◆ WHAT YOU WILL DO:
Lines in the listing below that hold "diameter" are the ones to copy.

◆ DATA FOR REVIEW:

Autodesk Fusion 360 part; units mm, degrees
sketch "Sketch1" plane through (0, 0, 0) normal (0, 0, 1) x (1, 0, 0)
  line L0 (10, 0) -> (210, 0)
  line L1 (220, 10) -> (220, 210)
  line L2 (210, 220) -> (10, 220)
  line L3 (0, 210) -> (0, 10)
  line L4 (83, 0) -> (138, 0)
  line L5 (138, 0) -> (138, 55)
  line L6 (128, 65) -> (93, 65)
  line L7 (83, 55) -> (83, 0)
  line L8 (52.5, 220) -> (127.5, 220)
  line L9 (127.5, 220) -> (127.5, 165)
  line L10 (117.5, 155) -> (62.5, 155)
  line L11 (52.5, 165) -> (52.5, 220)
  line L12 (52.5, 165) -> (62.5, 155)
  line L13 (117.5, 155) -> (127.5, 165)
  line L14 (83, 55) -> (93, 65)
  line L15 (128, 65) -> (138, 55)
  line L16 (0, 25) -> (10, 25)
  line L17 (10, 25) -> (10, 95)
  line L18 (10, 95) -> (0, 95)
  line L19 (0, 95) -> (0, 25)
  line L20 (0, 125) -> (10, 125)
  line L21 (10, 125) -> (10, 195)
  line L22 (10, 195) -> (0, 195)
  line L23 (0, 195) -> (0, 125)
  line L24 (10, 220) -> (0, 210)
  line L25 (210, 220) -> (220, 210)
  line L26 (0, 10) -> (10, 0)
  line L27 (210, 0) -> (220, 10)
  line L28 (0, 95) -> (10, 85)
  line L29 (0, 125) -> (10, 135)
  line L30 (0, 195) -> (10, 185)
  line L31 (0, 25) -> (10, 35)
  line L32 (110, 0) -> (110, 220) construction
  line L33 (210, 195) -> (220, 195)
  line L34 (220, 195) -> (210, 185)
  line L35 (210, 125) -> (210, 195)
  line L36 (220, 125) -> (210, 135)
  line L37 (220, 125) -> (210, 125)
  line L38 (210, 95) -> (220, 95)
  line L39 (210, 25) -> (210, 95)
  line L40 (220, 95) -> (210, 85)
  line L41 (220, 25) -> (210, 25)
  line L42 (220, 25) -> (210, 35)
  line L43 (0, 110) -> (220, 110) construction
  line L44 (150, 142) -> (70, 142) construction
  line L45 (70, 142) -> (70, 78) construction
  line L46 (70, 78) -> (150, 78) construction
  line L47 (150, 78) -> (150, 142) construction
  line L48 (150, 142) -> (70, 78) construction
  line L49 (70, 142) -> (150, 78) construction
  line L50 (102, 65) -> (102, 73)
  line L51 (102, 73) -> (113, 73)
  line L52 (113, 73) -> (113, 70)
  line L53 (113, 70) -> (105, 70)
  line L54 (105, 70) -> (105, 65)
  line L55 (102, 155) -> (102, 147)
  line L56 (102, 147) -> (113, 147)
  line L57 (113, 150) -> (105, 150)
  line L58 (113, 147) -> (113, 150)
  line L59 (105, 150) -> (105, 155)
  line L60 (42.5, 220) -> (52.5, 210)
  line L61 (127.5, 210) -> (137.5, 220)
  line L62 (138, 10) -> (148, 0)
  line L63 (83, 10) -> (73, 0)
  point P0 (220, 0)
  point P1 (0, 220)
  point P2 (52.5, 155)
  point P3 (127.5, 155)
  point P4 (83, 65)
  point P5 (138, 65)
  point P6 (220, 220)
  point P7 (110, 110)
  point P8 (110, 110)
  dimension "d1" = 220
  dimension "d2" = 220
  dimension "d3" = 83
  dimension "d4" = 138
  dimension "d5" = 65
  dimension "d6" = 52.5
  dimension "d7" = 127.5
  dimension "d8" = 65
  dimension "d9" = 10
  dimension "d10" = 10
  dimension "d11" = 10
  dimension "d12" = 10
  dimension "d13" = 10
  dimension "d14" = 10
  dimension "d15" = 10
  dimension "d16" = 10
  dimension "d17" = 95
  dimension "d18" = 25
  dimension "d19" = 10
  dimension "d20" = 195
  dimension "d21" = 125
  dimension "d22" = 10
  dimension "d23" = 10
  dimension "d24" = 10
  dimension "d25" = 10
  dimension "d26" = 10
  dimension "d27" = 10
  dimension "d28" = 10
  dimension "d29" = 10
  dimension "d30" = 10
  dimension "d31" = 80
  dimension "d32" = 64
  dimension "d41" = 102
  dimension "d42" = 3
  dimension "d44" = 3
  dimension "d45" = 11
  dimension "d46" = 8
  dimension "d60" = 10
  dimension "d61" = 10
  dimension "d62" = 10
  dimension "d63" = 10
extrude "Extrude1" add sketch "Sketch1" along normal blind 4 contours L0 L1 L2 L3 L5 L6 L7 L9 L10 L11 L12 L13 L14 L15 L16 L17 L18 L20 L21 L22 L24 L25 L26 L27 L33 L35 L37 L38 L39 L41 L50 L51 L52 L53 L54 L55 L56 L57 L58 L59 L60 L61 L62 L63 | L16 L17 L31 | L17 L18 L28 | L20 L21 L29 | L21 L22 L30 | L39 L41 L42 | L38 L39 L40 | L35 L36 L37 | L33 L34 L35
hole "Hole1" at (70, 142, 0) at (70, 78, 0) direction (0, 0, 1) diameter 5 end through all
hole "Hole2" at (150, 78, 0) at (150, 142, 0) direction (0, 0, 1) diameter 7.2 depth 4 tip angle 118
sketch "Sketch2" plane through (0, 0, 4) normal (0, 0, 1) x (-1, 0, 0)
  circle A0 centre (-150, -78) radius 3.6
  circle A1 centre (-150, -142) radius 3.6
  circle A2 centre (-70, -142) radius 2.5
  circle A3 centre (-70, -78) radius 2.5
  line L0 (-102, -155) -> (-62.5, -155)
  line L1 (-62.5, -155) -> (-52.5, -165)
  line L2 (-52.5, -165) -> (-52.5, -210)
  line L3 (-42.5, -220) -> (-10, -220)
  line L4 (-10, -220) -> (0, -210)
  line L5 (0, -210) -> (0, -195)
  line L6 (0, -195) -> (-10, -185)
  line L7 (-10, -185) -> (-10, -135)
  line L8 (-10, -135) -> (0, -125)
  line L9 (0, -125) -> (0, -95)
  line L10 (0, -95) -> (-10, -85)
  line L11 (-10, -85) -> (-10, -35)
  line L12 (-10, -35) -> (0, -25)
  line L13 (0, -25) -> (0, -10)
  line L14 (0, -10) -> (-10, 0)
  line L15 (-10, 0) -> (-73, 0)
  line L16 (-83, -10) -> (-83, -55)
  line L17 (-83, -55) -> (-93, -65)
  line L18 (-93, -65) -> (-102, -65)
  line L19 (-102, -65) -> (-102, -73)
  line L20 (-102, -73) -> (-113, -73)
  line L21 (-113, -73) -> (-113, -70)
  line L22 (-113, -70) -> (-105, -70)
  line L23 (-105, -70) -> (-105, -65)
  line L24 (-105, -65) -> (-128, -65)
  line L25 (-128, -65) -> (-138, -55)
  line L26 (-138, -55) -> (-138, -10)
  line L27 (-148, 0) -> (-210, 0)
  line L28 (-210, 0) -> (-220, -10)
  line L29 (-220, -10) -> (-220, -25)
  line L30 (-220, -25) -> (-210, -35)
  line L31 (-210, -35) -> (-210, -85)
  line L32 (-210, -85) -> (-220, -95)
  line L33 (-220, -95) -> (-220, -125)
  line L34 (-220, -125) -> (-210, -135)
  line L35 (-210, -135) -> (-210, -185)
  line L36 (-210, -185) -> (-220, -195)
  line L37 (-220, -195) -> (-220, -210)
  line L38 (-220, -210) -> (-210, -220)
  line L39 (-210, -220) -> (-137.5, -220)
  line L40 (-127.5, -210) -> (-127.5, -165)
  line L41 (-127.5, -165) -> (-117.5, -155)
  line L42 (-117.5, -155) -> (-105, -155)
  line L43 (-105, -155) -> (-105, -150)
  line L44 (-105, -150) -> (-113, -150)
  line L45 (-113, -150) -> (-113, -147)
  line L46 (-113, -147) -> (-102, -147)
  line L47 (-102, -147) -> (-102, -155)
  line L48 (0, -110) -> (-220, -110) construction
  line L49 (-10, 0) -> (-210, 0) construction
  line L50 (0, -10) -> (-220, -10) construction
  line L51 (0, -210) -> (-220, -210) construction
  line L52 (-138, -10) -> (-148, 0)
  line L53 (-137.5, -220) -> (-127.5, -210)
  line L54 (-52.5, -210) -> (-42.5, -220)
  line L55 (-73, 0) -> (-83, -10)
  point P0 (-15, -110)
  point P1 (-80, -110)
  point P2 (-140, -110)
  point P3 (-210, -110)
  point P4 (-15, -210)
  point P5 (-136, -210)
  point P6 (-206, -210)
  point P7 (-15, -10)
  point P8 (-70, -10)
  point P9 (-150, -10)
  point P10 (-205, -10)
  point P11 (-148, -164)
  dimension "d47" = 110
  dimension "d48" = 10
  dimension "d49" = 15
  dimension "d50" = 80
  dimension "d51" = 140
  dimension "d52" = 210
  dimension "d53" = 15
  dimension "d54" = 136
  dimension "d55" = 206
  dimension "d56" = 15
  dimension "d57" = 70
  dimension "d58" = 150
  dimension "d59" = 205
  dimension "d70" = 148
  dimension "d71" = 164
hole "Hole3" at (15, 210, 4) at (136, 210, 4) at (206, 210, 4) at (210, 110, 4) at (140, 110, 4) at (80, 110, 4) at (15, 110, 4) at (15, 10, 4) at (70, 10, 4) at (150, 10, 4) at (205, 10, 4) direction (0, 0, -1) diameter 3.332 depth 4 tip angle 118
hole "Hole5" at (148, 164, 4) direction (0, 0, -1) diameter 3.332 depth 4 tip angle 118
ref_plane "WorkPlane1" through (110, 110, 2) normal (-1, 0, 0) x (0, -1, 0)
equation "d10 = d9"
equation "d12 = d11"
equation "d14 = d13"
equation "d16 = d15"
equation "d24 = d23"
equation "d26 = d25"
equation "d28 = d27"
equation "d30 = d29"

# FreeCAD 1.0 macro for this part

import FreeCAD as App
import Part
import Sketcher

doc = App.newDocument("Part")
body = doc.addObject("PartDesign::Body", "Body")

sketch1 = body.newObject("Sketcher::SketchObject", "Sketch")
sketch1.AttachmentSupport = (doc.getObject("XY_Plane"), [""])
sketch1.MapMode = "FlatFace"
sketch1.addGeometry(Part.LineSegment(App.Vector(0, 10, 0), App.Vector(10, 0, 0)), False)
sketch1.addGeometry(Part.LineSegment(App.Vector(10, 0, 0), App.Vector(73, 0, 0)), False)
sketch1.addGeometry(Part.LineSegment(App.Vector(73, 0, 0), App.Vector(83, 10, 0)), False)
sketch1.addGeometry(Part.LineSegment(App.Vector(83, 10, 0), App.Vector(83, 55, 0)), False)
sketch1.addGeometry(Part.LineSegment(App.Vector(83, 55, 0), App.Vector(93, 65, 0)), False)
sketch1.addGeometry(Part.LineSegment(App.Vector(93, 65, 0), App.Vector(102, 65, 0)), False)
sketch1.addGeometry(Part.LineSegment(App.Vector(102, 65, 0), App.Vector(102, 73, 0)), False)
sketch1.addGeometry(Part.LineSegment(App.Vector(102, 73, 0), App.Vector(113, 73, 0)), False)
sketch1.addGeometry(Part.LineSegment(App.Vector(113, 73, 0), App.Vector(113, 70, 0)), False)
sketch1.addGeometry(Part.LineSegment(App.Vector(113, 70, 0), App.Vector(105, 70, 0)), False)
sketch1.addGeometry(Part.LineSegment(App.Vector(105, 70, 0), App.Vector(105, 65, 0)), False)
sketch1.addGeometry(Part.LineSegment(App.Vector(105, 65, 0), App.Vector(128, 65, 0)), False)
sketch1.addGeometry(Part.LineSegment(App.Vector(128, 65, 0), App.Vector(138, 55, 0)), False)
sketch1.addGeometry(Part.LineSegment(App.Vector(138, 55, 0), App.Vector(138, 10, 0)), False)
sketch1.addGeometry(Part.LineSegment(App.Vector(138, 10, 0), App.Vector(148, 0, 0)), False)
sketch1.addGeometry(Part.LineSegment(App.Vector(148, 0, 0), App.Vector(210, 0, 0)), False)
sketch1.addGeometry(Part.LineSegment(App.Vector(210, 0, 0), App.Vector(220, 10, 0)), False)
sketch1.addGeometry(Part.LineSegment(App.Vector(220, 10, 0), App.Vector(220, 25, 0)), False)
sketch1.addGeometry(Part.LineSegment(App.Vector(220, 25, 0), App.Vector(210, 35, 0)), False)
sketch1.addGeometry(Part.LineSegment(App.Vector(210, 35, 0), App.Vector(210, 85, 0)), False)
sketch1.addGeometry(Part.LineSegment(App.Vector(210, 85, 0), App.Vector(220, 95, 0)), False)
sketch1.addGeometry(Part.LineSegment(App.Vector(220, 95, 0), App.Vector(220, 125, 0)), False)
sketch1.addGeometry(Part.LineSegment(App.Vector(220, 125, 0), App.Vector(210, 135, 0)), False)
sketch1.addGeometry(Part.LineSegment(App.Vector(210, 135, 0), App.Vector(210, 185, 0)), False)
sketch1.addGeometry(Part.LineSegment(App.Vector(210, 185, 0), App.Vector(220, 195, 0)), False)
sketch1.addGeometry(Part.LineSegment(App.Vector(220, 195, 0), App.Vector(220, 210, 0)), False)
sketch1.addGeometry(Part.LineSegment(App.Vector(220, 210, 0), App.Vector(210, 220, 0)), False)
sketch1.addGeometry(Part.LineSegment(App.Vector(210, 220, 0), App.Vector(137.5, 220, 0)), False)
sketch1.addGeometry(Part.LineSegment(App.Vector(137.5, 220, 0), App.Vector(127.5, 210, 0)), False)
sketch1.addGeometry(Part.LineSegment(App.Vector(127.5, 210, 0), App.Vector(127.5, 165, 0)), False)
sketch1.addGeometry(Part.LineSegment(App.Vector(127.5, 165, 0), App.Vector(117.5, 155, 0)), False)
sketch1.addGeometry(Part.LineSegment(App.Vector(117.5, 155, 0), App.Vector(105, 155, 0)), False)
sketch1.addGeometry(Part.LineSegment(App.Vector(105, 155, 0), App.Vector(105, 150, 0)), False)
sketch1.addGeometry(Part.LineSegment(App.Vector(105, 150, 0), App.Vector(113, 150, 0)), False)
sketch1.addGeometry(Part.LineSegment(App.Vector(113, 150, 0), App.Vector(113, 147, 0)), False)
sketch1.addGeometry(Part.LineSegment(App.Vector(113, 147, 0), App.Vector(102, 147, 0)), False)
sketch1.addGeometry(Part.LineSegment(App.Vector(102, 147, 0), App.Vector(102, 155, 0)), False)
sketch1.addGeometry(Part.LineSegment(App.Vector(102, 155, 0), App.Vector(62.5, 155, 0)), False)
sketch1.addGeometry(Part.LineSegment(App.Vector(62.5, 155, 0), App.Vector(52.5, 165, 0)), False)
sketch1.addGeometry(Part.LineSegment(App.Vector(52.5, 165, 0), App.Vector(52.5, 210, 0)), False)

◆ RESULT FOR THIS TASK:
hole "Hole1" at (70, 142, 0) at (70, 78, 0) direction (0, 0, 1) diameter 5 end through all
hole "Hole2" at (150, 78, 0) at (150, 142, 0) direction (0, 0, 1) diameter 7.2 depth 4 tip angle 118
hole "Hole3" at (15, 210, 4) at (136, 210, 4) at (206, 210, 4) at (210, 110, 4) at (140, 110, 4) at (80, 110, 4) at (15, 110, 4) at (15, 10, 4) at (70, 10, 4) at (150, 10, 4) at (205, 10, 4) direction (0, 0, -1) diameter 3.332 depth 4 tip angle 118
hole "Hole5" at (148, 164, 4) direction (0, 0, -1) diameter 3.332 depth 4 tip angle 118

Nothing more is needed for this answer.